* _Exercise material_

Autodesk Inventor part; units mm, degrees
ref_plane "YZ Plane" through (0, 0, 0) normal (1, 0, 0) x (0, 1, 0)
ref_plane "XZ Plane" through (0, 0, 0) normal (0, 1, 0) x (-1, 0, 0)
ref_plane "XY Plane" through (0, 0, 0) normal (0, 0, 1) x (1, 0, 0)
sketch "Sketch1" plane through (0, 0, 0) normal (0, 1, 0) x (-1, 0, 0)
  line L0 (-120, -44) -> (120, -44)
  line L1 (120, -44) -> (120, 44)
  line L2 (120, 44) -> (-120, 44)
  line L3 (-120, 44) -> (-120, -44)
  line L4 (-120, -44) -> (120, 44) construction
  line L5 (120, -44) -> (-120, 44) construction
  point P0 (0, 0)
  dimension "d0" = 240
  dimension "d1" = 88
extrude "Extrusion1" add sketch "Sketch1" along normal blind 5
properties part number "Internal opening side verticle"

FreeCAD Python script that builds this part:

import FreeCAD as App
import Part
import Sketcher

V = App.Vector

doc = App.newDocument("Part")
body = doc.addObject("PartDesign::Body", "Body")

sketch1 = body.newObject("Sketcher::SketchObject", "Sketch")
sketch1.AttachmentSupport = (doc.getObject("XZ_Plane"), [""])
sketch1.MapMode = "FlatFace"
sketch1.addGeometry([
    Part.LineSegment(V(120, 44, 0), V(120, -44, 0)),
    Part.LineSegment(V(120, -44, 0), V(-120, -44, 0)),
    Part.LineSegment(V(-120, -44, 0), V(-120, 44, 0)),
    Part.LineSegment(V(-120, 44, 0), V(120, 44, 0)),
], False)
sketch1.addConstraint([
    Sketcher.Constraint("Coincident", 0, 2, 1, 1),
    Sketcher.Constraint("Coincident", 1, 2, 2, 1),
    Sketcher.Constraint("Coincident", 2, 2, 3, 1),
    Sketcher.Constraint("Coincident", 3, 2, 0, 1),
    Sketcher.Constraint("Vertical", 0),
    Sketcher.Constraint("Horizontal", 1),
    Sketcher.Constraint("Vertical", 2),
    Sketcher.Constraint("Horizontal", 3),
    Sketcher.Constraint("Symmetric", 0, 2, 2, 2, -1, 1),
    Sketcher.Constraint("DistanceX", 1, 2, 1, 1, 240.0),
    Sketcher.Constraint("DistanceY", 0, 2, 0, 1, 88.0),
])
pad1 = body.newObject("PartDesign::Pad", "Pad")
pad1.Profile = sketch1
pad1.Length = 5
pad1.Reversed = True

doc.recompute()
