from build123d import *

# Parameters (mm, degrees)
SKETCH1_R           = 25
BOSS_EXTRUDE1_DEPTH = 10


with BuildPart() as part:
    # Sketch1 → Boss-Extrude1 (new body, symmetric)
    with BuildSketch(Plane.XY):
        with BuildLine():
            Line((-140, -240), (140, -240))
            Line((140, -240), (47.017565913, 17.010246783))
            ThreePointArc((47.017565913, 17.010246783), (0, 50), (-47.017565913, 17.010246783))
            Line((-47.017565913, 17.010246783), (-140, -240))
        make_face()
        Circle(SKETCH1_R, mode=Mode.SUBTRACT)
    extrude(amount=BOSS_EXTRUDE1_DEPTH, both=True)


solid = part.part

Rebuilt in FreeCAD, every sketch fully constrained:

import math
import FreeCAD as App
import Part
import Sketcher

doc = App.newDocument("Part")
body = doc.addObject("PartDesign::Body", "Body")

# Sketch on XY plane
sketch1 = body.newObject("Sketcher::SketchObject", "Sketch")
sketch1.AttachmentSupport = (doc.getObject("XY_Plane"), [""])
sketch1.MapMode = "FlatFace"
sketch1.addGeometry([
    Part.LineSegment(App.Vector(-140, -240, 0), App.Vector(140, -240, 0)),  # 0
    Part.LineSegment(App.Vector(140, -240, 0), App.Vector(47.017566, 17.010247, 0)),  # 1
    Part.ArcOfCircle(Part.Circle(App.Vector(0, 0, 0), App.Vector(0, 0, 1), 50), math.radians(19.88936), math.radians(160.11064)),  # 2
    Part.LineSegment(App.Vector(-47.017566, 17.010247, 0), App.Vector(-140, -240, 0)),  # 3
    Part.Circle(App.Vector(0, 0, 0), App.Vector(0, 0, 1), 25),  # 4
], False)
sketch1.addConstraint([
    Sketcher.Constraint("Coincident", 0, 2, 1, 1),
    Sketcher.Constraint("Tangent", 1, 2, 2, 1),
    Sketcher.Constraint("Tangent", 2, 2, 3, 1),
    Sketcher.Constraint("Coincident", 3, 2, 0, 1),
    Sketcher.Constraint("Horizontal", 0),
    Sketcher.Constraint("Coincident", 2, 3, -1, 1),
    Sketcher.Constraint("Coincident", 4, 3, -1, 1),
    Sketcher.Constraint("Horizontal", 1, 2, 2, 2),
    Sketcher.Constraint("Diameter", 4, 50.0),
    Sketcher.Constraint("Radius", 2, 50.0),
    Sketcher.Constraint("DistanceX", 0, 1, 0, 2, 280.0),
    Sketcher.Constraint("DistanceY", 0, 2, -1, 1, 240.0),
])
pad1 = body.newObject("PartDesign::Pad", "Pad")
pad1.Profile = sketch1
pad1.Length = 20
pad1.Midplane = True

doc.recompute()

* _Exercise goal_
In the listing above, some lines may hold the string "with". Report how many, and nothing more.

* _Task result_
3